[XeTeX] xdvipdfmx, page subsets, pgf, transparency

Sun May 15 23:49:36 CEST 2011

I have a large document, approximately 1800 pages, with a lot of graphics
created by PGF/TikX and heavily using transparency.  I would like to use
XeTeX to generate one large XDVI file, then run xdvipdfmx several times
with different -s options to make PDFs of subranges of the pages.  (See
appendix below for *why* I want to do this in this particular way.)

The problem is that when I run xdvipdfmx on less than the entire document,
I get this message:

** WARNING ** Unresolved object reference "pgfopacities" found!!!

and all the transparent elements in the pictures come out as opaque in the
output.  It works correctly when I run xdvipdfmx on the *entire* file.

It appears that PGF generates some kind of PostScript code in a special in
the XDVI file, on the page that contains the first use of transparency
in the entire document.  If that page is included in the subset, xdvipdfmx
passes it through and is happy.  If that page is not included in the
subset, then xdvipdfmx doesn't know the special must be preserved, and so
it doesn't pass the special through but does pass through other
things that depend on the special, and it detects an error.

I have the beginnings of a work-around:  if I can figure out which page in
the large document is the first one to use PGF's transparency features, I
can just make sure that that page is included in the subset I request from
xdvipdfmx.  I've tested this manually and it looks like it should work.
Transparency is first used on page 47, and no subset that includes page 47
produces the error.  But I'd like it to be more automated. I may be able
to insert an invisible dummy image that uses transparency on an early page
of the large document, so that "the first use of transparency" will always
be on a predictable page number; that should help.

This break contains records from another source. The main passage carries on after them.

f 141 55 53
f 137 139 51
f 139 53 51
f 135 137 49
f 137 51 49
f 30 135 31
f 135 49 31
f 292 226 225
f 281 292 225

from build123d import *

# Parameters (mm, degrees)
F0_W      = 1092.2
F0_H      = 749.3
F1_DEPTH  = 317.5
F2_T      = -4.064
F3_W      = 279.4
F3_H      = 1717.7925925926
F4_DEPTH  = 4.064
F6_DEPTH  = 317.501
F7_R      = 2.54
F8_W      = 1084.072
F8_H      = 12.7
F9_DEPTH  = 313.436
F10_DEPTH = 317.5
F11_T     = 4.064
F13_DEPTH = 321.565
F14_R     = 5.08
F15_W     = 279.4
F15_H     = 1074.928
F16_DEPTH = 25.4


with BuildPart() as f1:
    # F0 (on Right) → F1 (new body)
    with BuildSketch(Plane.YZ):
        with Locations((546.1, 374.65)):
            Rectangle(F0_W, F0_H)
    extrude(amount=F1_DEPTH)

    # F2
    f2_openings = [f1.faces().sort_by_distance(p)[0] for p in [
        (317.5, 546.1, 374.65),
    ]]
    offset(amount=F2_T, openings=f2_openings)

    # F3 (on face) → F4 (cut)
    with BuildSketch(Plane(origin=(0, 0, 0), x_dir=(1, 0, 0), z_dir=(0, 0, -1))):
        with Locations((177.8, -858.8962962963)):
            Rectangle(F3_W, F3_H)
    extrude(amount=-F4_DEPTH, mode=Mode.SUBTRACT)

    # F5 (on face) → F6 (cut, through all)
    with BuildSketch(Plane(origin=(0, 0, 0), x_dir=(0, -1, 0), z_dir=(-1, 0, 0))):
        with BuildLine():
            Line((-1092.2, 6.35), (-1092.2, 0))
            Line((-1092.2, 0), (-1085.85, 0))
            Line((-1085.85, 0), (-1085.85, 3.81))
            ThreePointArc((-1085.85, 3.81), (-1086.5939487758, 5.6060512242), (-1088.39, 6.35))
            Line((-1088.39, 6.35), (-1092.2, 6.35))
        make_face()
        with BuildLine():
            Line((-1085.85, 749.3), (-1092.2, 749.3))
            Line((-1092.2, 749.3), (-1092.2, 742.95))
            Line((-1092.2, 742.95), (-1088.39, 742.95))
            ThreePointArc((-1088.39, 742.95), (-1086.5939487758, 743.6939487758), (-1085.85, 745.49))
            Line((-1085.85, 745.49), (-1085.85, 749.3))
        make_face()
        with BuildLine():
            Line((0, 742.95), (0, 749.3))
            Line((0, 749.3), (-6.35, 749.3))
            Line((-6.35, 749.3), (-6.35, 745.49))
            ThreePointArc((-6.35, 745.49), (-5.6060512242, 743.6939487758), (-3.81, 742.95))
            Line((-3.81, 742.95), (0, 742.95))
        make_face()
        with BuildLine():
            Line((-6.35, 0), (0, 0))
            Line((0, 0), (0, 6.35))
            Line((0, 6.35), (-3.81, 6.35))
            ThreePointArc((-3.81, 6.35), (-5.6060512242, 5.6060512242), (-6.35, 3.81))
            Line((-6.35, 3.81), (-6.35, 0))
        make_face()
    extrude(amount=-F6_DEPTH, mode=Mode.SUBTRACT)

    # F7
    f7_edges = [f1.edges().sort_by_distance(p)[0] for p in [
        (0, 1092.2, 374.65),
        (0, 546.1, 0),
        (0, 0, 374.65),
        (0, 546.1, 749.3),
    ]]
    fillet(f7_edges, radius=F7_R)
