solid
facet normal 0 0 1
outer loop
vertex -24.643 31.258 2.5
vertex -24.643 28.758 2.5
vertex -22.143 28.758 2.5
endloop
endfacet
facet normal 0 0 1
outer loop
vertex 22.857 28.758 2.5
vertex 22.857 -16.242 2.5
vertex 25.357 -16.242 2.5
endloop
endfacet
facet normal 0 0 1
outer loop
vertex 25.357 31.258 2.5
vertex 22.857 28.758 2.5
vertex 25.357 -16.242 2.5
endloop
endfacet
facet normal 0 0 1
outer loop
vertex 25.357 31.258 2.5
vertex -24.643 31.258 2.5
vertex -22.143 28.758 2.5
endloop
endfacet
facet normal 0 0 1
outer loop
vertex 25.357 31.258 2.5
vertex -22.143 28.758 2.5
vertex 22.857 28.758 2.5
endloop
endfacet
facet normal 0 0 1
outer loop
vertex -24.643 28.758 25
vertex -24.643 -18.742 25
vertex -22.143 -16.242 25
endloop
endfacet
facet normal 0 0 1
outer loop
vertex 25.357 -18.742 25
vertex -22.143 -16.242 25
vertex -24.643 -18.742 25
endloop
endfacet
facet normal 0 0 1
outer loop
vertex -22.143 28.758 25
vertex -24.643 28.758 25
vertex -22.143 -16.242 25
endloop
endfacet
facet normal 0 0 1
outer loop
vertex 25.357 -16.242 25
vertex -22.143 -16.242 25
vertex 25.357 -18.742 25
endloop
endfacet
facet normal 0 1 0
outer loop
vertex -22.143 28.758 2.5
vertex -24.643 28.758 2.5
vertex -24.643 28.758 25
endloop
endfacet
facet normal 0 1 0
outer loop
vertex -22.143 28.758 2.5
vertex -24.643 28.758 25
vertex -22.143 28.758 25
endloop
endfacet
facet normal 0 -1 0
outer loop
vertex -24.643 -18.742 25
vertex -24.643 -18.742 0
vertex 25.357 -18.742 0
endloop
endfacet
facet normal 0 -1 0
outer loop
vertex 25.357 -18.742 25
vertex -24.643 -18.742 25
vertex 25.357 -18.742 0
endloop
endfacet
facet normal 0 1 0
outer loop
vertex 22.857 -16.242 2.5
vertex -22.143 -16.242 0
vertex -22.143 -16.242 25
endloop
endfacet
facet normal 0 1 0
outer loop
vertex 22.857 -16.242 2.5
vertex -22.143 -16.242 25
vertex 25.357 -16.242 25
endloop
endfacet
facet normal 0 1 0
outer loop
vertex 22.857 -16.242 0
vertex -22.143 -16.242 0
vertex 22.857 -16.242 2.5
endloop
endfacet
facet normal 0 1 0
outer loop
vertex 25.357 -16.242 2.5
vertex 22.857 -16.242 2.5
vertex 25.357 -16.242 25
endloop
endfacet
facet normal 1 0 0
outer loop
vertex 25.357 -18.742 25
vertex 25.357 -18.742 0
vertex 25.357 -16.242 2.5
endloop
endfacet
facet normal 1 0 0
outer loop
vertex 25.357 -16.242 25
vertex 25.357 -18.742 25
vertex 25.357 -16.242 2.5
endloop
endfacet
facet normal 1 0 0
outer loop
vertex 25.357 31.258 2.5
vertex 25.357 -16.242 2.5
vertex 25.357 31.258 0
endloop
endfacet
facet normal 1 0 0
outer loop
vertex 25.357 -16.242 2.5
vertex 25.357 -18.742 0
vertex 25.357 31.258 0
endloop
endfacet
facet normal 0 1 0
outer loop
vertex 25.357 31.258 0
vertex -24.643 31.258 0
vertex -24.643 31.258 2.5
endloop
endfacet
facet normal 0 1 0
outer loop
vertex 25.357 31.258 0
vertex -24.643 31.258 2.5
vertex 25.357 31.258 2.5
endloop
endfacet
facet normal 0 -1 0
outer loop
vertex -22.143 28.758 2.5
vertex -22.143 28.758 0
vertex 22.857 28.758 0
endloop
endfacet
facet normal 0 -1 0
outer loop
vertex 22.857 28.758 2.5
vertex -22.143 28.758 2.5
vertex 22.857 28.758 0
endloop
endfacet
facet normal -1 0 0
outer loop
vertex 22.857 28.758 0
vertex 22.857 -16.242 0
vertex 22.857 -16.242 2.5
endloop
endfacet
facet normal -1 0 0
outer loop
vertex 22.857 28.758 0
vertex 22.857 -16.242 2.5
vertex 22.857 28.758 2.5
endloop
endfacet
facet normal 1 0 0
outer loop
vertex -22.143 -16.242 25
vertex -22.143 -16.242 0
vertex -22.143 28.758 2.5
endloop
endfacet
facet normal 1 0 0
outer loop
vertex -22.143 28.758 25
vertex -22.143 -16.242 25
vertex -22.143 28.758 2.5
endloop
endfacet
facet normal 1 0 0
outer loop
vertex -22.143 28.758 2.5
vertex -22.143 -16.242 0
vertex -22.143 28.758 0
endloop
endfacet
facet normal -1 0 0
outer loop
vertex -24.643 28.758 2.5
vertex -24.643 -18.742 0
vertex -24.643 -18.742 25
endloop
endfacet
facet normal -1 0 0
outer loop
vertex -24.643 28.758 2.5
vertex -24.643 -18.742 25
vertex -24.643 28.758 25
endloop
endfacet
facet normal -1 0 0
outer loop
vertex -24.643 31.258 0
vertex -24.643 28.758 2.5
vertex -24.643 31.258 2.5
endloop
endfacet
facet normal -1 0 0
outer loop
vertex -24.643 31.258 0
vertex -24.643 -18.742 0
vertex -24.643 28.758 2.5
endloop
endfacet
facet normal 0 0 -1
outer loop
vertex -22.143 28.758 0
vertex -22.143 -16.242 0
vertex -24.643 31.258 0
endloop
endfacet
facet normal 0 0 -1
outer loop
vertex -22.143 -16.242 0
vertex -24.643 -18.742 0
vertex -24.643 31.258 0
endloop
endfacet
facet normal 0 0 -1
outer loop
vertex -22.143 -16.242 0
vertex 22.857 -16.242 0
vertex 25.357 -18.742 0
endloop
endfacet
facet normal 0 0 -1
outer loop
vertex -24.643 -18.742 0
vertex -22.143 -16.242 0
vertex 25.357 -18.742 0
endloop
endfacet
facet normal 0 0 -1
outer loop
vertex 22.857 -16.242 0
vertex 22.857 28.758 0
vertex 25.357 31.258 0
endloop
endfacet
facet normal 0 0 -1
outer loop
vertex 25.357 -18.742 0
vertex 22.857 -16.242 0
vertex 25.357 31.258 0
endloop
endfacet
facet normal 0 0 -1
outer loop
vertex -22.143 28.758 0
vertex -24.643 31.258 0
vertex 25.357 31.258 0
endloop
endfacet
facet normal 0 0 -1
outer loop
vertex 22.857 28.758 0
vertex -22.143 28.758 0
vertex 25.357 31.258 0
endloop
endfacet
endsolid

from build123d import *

# Parameters (mm, degrees)
F0_W     = 50
F0_H     = 50
F1_DEPTH = 25
F2_T     = -2.5
F3_T     = 2.5


# Not quite as in the source:
# - a shell that OpenCascade refuses in one call is made with other operations: the cavity is built on its own and cut out


with BuildPart() as f1:
    # F0 (on Top) → F1 (new body)
    with BuildSketch(Plane.XY):
        with Locations((0.357497856, 6.2575038522)):
            Rectangle(F0_W, F0_H)
    extrude(amount=F1_DEPTH)

    # F2
    f2_openings = [f1.faces().sort_by_distance(p)[0] for p in [
        (0.357498, 6.257504, 25),
        (0.357498, 6.257504, 0),
    ]]
    offset(amount=F2_T, openings=f2_openings)

    # F3: shell of thickness 2.5, made by hand


with BuildPart() as f3_core1:
    # F3_t2: copy of F1
    add(f1.part)

    # the walls: a layer under each face that stays
    f3_faces = [f3_core1.faces().sort_by_distance(p)[0] for p in [
        (0.357497856, -18.7424961478, 12.5),
        (-22.9758354773, -17.0758294811, 0),
        (-22.142502144, 6.2575038522, 12.5),
    ]]
    thicken(f3_faces, amount=-F3_T, mode=Mode.SUBTRACT)


with BuildPart() as f1_1:
    add(f1.part)

    # what is left inside the walls is the cavity
    f3_cavity = [f3_core1.part.solids().sort_by_distance(p)[0] for p in [
        (0.357498, 31.232504, 17.5),
    ]]
    add(f3_cavity, mode=Mode.SUBTRACT)


solid = f1_1.part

Since I'll be subsetting the pages again with pdfpages later, it should be
no problem to have an extra page in each small PDF.  A similar issue might
arise at the pdfpages stage, but I guess I can cross that bridge when I
come to it.

However, I think this is a bug in xdvipdfmx.  It is clearly smart enough
to know that it has emitted an object that requires "pgfopacities"; and it
is smart enough to recognize the definition of "pgfopacities" when it sees
that; if those two things were not both true, then it wouldn't be able to
detect the error condition.  So it should be able to automatically emit
the definition of pgfopacities when it is required.  If xdvipdfmx has all
the pieces to write correct output, and can detect that the output is
incorrect, but it writes incorrect output anyway, then I don't think pgf,
the user, or any other part of the system can be blamed.

I recognize that trying to handle this correctly might break the
single-pass nature of xdvipdfmx, if xdvipdfmx is trying to be single-pass
- because when it first sees the definition of "pgfopacities" on a page
that isn't being emitted, it doesn't know whether that definition will be
needed by some future page.  Dealing with all such things in general would
require xdvipdfmx to save all definitions on the side and then emit them
as and if they are needed, and that means storing a lot of possibly never
used data during processing.  But one way to work around it without
imposing a lot of extra record-keeping would be for xdvipdfmx to accept an
option listing the names of objects that *must* be passed through; then as
a user I could just specify that option for "pgfopacities" and get output
that works.  At present, the only way I can have it write out a given
special seems to be to request a page I don't really want that
happens to contain that special.
-- 
Matthew Skala
mskala at ansuz.sooke.bc.ca                 People before principles.
http://ansuz.sooke.bc.ca/

Appendix:

This is not directly relevant to the problem, but both for interested
readers and to forestall "You shouldn't want to do that, do something else
that won't meet your needs instead!" responses:  The small PDFs will be
used with the pdfpages package in a second run of XeLaTeX to generate PDFs
for printing the large document as a multi-volume set of books.  It's
preferable to use many small intermediate PDFs instead of using pdfpages
to take pages directly from the original large document, because pdfpages
seems to take a time *per page* proportional to the size of the document
it is examining; thus the overall process is quadratic without splitting
into small PDFs, and linear with splitting.  It's a difference of several
hours processing time at the moment and likely to become a difference of a
few days per run at some point in the future, because the large document
is planned to grow to three or four times its current size (i.e. 5000 to
7000 pages) within the scope of the project that it's part of.